Oh believe me I've done it! Plus you can just pay for one stall if they get along and can share. They both went a couple of years in a row, it was at TND that Leia helped me stick them together as a tandem, what fun!

The pic in my avatar was taken at TND in 2010 when we got booted from the Horse Park due to WEG and it was held at Hoosier Horse Park in Indiana. That was a fantastic location as well.


----------



## Poodlepill (Aug 3, 2012)

My husband and I are considering going to this event also probably just for the weekend, its about a 5 hour drive so not too bad.

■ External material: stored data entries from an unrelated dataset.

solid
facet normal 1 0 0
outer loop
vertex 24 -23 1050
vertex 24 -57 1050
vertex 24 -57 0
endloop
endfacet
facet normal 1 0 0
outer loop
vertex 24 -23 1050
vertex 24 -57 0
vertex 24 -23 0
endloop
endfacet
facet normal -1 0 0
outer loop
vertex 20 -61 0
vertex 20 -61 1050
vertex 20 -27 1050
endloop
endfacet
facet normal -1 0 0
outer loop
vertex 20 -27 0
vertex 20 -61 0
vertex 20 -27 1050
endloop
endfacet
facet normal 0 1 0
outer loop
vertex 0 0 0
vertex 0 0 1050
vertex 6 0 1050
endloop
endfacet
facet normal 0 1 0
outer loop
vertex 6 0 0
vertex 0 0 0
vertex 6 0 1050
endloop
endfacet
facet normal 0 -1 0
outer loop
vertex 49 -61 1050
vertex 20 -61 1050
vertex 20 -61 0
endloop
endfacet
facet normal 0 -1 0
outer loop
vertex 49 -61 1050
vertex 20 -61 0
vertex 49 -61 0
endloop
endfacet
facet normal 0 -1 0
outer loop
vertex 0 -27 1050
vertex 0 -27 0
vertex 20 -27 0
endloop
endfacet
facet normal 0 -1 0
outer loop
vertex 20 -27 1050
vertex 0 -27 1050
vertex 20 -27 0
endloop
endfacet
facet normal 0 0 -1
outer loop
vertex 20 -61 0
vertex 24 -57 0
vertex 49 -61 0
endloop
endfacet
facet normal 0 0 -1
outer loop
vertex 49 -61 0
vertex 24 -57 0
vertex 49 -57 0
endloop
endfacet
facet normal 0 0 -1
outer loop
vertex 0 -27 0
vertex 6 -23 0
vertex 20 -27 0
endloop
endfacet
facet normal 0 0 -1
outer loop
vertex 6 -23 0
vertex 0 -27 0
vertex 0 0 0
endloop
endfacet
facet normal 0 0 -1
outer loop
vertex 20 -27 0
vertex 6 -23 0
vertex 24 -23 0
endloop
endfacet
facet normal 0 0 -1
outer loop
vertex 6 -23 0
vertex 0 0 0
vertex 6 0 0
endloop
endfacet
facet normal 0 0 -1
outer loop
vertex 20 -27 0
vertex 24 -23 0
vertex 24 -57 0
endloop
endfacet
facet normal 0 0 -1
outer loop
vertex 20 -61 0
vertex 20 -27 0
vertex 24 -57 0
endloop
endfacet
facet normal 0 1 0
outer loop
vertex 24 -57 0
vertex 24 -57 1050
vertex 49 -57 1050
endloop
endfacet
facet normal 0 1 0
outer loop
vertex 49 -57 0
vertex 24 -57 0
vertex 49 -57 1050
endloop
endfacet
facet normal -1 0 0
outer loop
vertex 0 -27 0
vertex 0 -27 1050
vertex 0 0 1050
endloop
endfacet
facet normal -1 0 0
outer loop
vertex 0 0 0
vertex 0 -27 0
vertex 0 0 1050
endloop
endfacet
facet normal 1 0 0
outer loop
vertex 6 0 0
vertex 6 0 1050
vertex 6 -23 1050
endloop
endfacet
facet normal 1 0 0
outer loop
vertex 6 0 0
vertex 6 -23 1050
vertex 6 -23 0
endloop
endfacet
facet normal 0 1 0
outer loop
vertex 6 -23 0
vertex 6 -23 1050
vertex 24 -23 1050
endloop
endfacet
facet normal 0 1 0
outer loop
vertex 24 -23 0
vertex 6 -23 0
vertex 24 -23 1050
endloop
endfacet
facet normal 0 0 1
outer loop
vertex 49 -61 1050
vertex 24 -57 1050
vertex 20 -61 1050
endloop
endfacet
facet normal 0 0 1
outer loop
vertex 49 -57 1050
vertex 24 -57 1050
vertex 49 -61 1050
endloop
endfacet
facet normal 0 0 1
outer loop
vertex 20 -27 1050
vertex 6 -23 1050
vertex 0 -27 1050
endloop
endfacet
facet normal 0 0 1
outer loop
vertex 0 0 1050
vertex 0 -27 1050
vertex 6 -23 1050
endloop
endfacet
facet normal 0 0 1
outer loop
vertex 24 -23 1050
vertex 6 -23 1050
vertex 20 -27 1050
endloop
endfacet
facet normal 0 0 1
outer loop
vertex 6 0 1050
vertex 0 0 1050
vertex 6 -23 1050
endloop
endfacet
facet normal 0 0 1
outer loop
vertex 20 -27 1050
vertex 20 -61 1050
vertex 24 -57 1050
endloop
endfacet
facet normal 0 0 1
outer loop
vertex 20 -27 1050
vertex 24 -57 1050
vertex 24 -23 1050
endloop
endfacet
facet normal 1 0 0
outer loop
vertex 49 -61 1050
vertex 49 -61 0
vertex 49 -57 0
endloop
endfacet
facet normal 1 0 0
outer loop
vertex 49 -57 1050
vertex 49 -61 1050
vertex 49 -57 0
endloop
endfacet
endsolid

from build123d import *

# Parameters (mm, degrees)
CROQUIS1_W              = 6
CROQUIS1_H              = 1050
SALIENTE_EXTRUIR1_DEPTH = 23
CROQUIS2_W              = 24
CROQUIS2_H              = 4
SALIENTE_EXTRUIR2_DEPTH = 1050
CROQUIS3_W              = 4
CROQUIS3_H              = 30
SALIENTE_EXTRUIR3_DEPTH = 1050
CROQUIS4_W              = 29
CROQUIS4_H              = 4
SALIENTE_EXTRUIR4_DEPTH = 1050


with BuildPart() as part:
    # Croquis1 → Saliente-Extruir1 (new body)
    with BuildSketch(Plane(origin=(0, 0, 0), x_dir=(1, 0, 0), z_dir=(0, 1, 0))):
        with Locations((3, -525)):
            Rectangle(CROQUIS1_W, CROQUIS1_H)
    extrude(amount=-SALIENTE_EXTRUIR1_DEPTH)

    # Croquis2 → Saliente-Extruir2 (add)
    with BuildSketch(Plane.XY.offset(1050)):
        with Locations((12, -25)):
            Rectangle(CROQUIS2_W, CROQUIS2_H)
    extrude(amount=-SALIENTE_EXTRUIR2_DEPTH)

    # Croquis3 → Saliente-Extruir3 (add)
    with BuildSketch(Plane.XY.offset(1050)):
        with Locations((22, -42)):
            Rectangle(CROQUIS3_W, CROQUIS3_H)
    extrude(amount=-SALIENTE_EXTRUIR3_DEPTH)

    # Croquis4 → Saliente-Extruir4 (add)
    with BuildSketch(Plane.XY.offset(1050)):
        with Locations((34.5, -59)):
            Rectangle(CROQUIS4_W, CROQUIS4_H)
    extrude(amount=-SALIENTE_EXTRUIR4_DEPTH)


solid = part.part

I have just handed over my only driver a large B to my husband so he can start driving with me so I've just started training my 34" who is now 3.5 years old and ready to go. We already have 2 carts and two harness (cart before the horse LOL). Its so hot and humid, I was going out at 6am to lung and start my little guy but now its just too hot even at 6am so my training has come to a screeching halt. I guess we will be forced to play it by ear if we are bringing mini's or not (I don't want to share, I want my own). I want to go either way and check this out! If we didn't bring our mini's to drive I would be very jealous of seeing others there driving around <wink>


----------



## pinck43 (Aug 16, 2012)

I am going this year. So excited.Not attending Nationals,so decided on something new. It is more expensive, but should be a great experience. Going with a friend that has a big horse. It is 10 hrs and we are staying the whole week. Leaving Sunday have to go to work. Infact we were making our list tonight. I hope my mini is up for it.


----------



## happy appy (Aug 25, 2012)

Well I see the schedule is filling up! Can't wait.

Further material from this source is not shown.